Materials and methods

Study site and soil

The experiment was established in 2012 at the Swedish University of Agricultural Sciences in Alnarp, southern Sweden (55°39′21″N, 13°03′30″E), on a sandy loam soil of Arenosol type (Deckers et al. 1998). The field experiment was conducted on organically certified agricultural land within the SITES Lönnstorp field research station, with grass-clover ley as the pre-crop. The annual mean atmospheric deposition of N contributed with a total of 9.4 kg ha−1 year−1 during 2013–2014, in the region where the field experiment was situated (SMHI 2016).

Climatic data

The region has a typical northern-European maritime climate with mild winter and summer temperatures (annual average of 9.3 °C and 664 mm precipitation) (Råberg et al. 2017).

Crop rotation

Six different crops in a rotation including different legume species, over-wintering cash and cover crops (Table 1) were studied during 2 years (2013 and 2014). The rotation consisted of the following food crops: pea/barley (Pisum sativum L./Hordeum vulgare L.), lentil/oat (Lens culinaris Medik/Avena sativa L.), white cabbage (Brassica oleracea L.), beetroot (Beta vulgaris L.) and winter rye (Secale cereale L.).
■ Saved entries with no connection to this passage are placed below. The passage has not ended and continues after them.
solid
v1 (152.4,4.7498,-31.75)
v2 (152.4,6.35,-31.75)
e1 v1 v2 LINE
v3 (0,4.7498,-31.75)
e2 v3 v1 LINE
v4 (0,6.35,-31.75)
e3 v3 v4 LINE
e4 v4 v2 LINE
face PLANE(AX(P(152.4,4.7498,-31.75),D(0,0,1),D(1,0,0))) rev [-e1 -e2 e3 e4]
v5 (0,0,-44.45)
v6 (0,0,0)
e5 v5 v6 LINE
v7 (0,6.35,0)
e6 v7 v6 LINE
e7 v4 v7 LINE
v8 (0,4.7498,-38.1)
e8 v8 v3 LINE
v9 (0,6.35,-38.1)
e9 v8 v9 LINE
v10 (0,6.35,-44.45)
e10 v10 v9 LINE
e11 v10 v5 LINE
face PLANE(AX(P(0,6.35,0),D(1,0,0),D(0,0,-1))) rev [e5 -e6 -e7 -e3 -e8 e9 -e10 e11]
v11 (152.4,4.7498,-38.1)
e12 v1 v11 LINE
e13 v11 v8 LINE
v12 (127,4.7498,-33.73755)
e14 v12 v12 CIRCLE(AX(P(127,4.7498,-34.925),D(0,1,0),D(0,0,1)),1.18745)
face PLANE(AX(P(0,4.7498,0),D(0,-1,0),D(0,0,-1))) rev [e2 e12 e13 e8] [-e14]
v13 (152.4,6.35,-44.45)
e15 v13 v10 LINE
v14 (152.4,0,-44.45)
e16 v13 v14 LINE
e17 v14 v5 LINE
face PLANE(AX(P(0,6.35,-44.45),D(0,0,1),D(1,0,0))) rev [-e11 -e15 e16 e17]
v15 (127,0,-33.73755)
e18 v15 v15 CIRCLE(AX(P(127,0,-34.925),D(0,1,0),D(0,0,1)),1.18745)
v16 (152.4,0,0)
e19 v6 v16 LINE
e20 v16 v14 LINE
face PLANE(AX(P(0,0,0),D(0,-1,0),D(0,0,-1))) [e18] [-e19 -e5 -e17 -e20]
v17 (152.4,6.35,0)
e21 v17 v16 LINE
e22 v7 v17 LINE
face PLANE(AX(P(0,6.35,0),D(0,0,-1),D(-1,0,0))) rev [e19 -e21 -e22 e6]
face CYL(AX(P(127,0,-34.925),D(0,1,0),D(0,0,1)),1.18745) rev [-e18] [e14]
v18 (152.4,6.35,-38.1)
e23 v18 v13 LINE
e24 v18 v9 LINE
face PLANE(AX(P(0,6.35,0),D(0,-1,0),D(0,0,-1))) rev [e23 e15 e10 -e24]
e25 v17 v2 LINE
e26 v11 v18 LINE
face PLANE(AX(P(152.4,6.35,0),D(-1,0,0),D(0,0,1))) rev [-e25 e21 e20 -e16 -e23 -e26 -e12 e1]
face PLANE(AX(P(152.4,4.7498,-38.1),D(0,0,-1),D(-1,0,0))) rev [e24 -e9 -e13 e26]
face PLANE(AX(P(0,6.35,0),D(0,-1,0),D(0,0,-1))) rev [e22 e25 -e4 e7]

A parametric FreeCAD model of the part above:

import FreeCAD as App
import Part
import Sketcher

V = App.Vector
Q = App.Units.Quantity

doc = App.newDocument("Part")
body = doc.addObject("PartDesign::Body", "Body")

sketch1 = body.newObject("Sketcher::SketchObject", "Sketch")
sketch1.AttachmentSupport = (doc.getObject("XZ_Plane"), [""])
sketch1.MapMode = "FlatFace"
sketch1.addGeometry([
    Part.LineSegment(V(0, -44, 0), V(0, 0, 0)),
    Part.LineSegment(V(0, 0, 0), V(152, 0, 0)),
    Part.LineSegment(V(152, 0, 0), V(152, -44, 0)),
    Part.LineSegment(V(152, -44, 0), V(0, -44, 0)),
], False)
sketch1.addConstraint([
    Sketcher.Constraint("Coincident", 0, 2, 1, 1),
    Sketcher.Constraint("Coincident", 1, 2, 2, 1),
    Sketcher.Constraint("Coincident", 2, 2, 3, 1),
    Sketcher.Constraint("Coincident", 3, 2, 0, 1),
    Sketcher.Constraint("Vertical", 0),
    Sketcher.Constraint("Horizontal", 1),
    Sketcher.Constraint("Vertical", 2),
    Sketcher.Constraint("Horizontal", 3),
    Sketcher.Constraint("Coincident", 0, 2, -1, 1),
    Sketcher.Constraint("DistanceX", 1, 1, 1, 2, Q("6 in")),
    Sketcher.Constraint("DistanceY", 0, 1, 0, 2, Q("1.75 in")),
])
pad1 = body.newObject("PartDesign::Pad", "Pad")
pad1.Profile = sketch1
pad1.Length = Q("0.25 in")
pad1.Reversed = True

sketch2 = body.newObject("Sketcher::SketchObject", "Sketch001")
sketch2.AttachmentSupport = (doc.getObject("XZ_Plane"), [""])
sketch2.MapMode = "FlatFace"
sketch2.AttachmentOffset = App.Placement(V(0, 0, -0.25 * 25.4), App.Rotation())
sketch2.addGeometry([
    Part.LineSegment(V(6, -38, 0), V(6, -32, 0)),
    Part.LineSegment(V(6, -32, 0), V(152, -32, 0)),
    Part.LineSegment(V(152, -32, 0), V(152, -38, 0)),
    Part.LineSegment(V(152, -38, 0), V(6, -38, 0)),
], False)
sketch2.addConstraint([
    Sketcher.Constraint("Coincident", 0, 2, 1, 1),
    Sketcher.Constraint("Coincident", 1, 2, 2, 1),
    Sketcher.Constraint("Coincident", 2, 2, 3, 1),
    Sketcher.Constraint("Coincident", 3, 2, 0, 1),
    Sketcher.Constraint("Vertical", 0),
    Sketcher.Constraint("Horizontal", 1),
    Sketcher.Constraint("Vertical", 2),
    Sketcher.Constraint("Horizontal", 3),
    Sketcher.Constraint("DistanceX", -1, 1, 1, 2, Q("6 in")),
    Sketcher.Constraint("DistanceX", 1, 1, 1, 2, Q("5.75 in")),
    Sketcher.Constraint("DistanceY", 0, 1, 0, 2, Q("0.25 in")),
    Sketcher.Constraint("DistanceY", 2, 2, -1, 1, Q("1.5 in")),
])
pocket1 = body.newObject("PartDesign::Pocket", "Pocket")
pocket1.Profile = sketch2
pocket1.Length = Q("0.063 in")
pocket1.Reversed = True

sketch3 = body.newObject("Sketcher::SketchObject", "Sketch002")
sketch3.AttachmentSupport = (doc.getObject("XZ_Plane"), [""])
sketch3.MapMode = "FlatFace"
sketch3.AttachmentOffset = App.Placement(V(0, 0, -0.187 * 25.4), App.Rotation())
sketch3.addGeometry(Part.Circle(V(127, -34.9, 0), V(0, 0, 1), 1.2), False)
sketch3.addConstraint([
    Sketcher.Constraint("DistanceX", -1, 1, 0, 3, Q("5 in")),
    Sketcher.Constraint("Diameter", 0, Q("0.0935 in")),
    Sketcher.Constraint("DistanceY", 0, 3, -1, 1, Q("1.375 in")),
])
pocket2 = body.newObject("PartDesign::Pocket", "Pocket001")
pocket2.Profile = sketch3
pocket2.Type = "ThroughAll"
pocket2.Reversed = True

sketch4 = body.newObject("Sketcher::SketchObject", "Sketch003")
sketch4.AttachmentSupport = (doc.getObject("XZ_Plane"), [""])
sketch4.MapMode = "FlatFace"
sketch4.AttachmentOffset = App.Placement(V(0, 0, -0.25 * 25.4), App.Rotation())
sketch4.addGeometry([
    Part.LineSegment(V(0, -38, 0), V(0, -32, 0)),
    Part.LineSegment(V(0, -32, 0), V(6, -32, 0)),
    Part.LineSegment(V(6, -32, 0), V(6, -38, 0)),
    Part.LineSegment(V(6, -38, 0), V(0, -38, 0)),
], False)
sketch4.addConstraint([
    Sketcher.Constraint("Coincident", 0, 2, 1, 1),
    Sketcher.Constraint("Coincident", 1, 2, 2, 1),
    Sketcher.Constraint("Coincident", 2, 2, 3, 1),
    Sketcher.Constraint("Coincident", 3, 2, 0, 1),
    Sketcher.Constraint("Vertical", 0),
    Sketcher.Constraint("Horizontal", 1),
    Sketcher.Constraint("Vertical", 2),
    Sketcher.Constraint("Horizontal", 3),
    Sketcher.Constraint("PointOnObject", 0, 2, -2),
    Sketcher.Constraint("Equal", 3, 0),
    Sketcher.Constraint("DistanceX", 1, 1, 1, 2, Q("0.25 in")),
    Sketcher.Constraint("DistanceY", 2, 2, -1, 1, Q("1.5 in")),
])
pocket3 = body.newObject("PartDesign::Pocket", "Pocket002")
pocket3.Profile = sketch4
pocket3.Length = Q("0.063 in")
pocket3.Reversed = True

doc.recompute()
The sixth main crop was a green manure ley composed of the following six species in equal proportions: orchard grass (Dactylis glomerata L.), meadow fescue (Festuca pratensis L.), timothy grass (Phleum pratense L.), lucerne (Medicago sativa L.), yellow sweet clover (Melilotus officinalis L.) and red clover (Trifolium pratense L.) (Råberg et al. 2017). The green manure ley was under-sown in pea/barley, cut three times during the year after establishment, and cut again in early spring the subsequent year, before establishing white cabbage as the next crop. The herbage was removed in BR and AD and left in situ in IS. Cover crops were included in the rotation after white cabbage (buckwheat, Fagopyrum esculentum Moench/oilseed radish, Raphanum sativus L.) and rye (buckwheat/lacy phacelia, Phacelia tanacetifolia Benth.), and was under-sown in lentil/oat (ryegrass, Lolium perenne L./red clover, Trifolium pratense L./white clover T. repens L.). All six main crops in the rotation were grown during each year of the experiment. Winter rye was replaced by spring barley during the establishment year (2012), since the experiment started in spring without any autumn-sown crop from the previous year. The choice of crops in the rotation was based on maximising the cash crop yield and improve the functional diversity to strengthen ecosystem services (Råberg et al. 2017).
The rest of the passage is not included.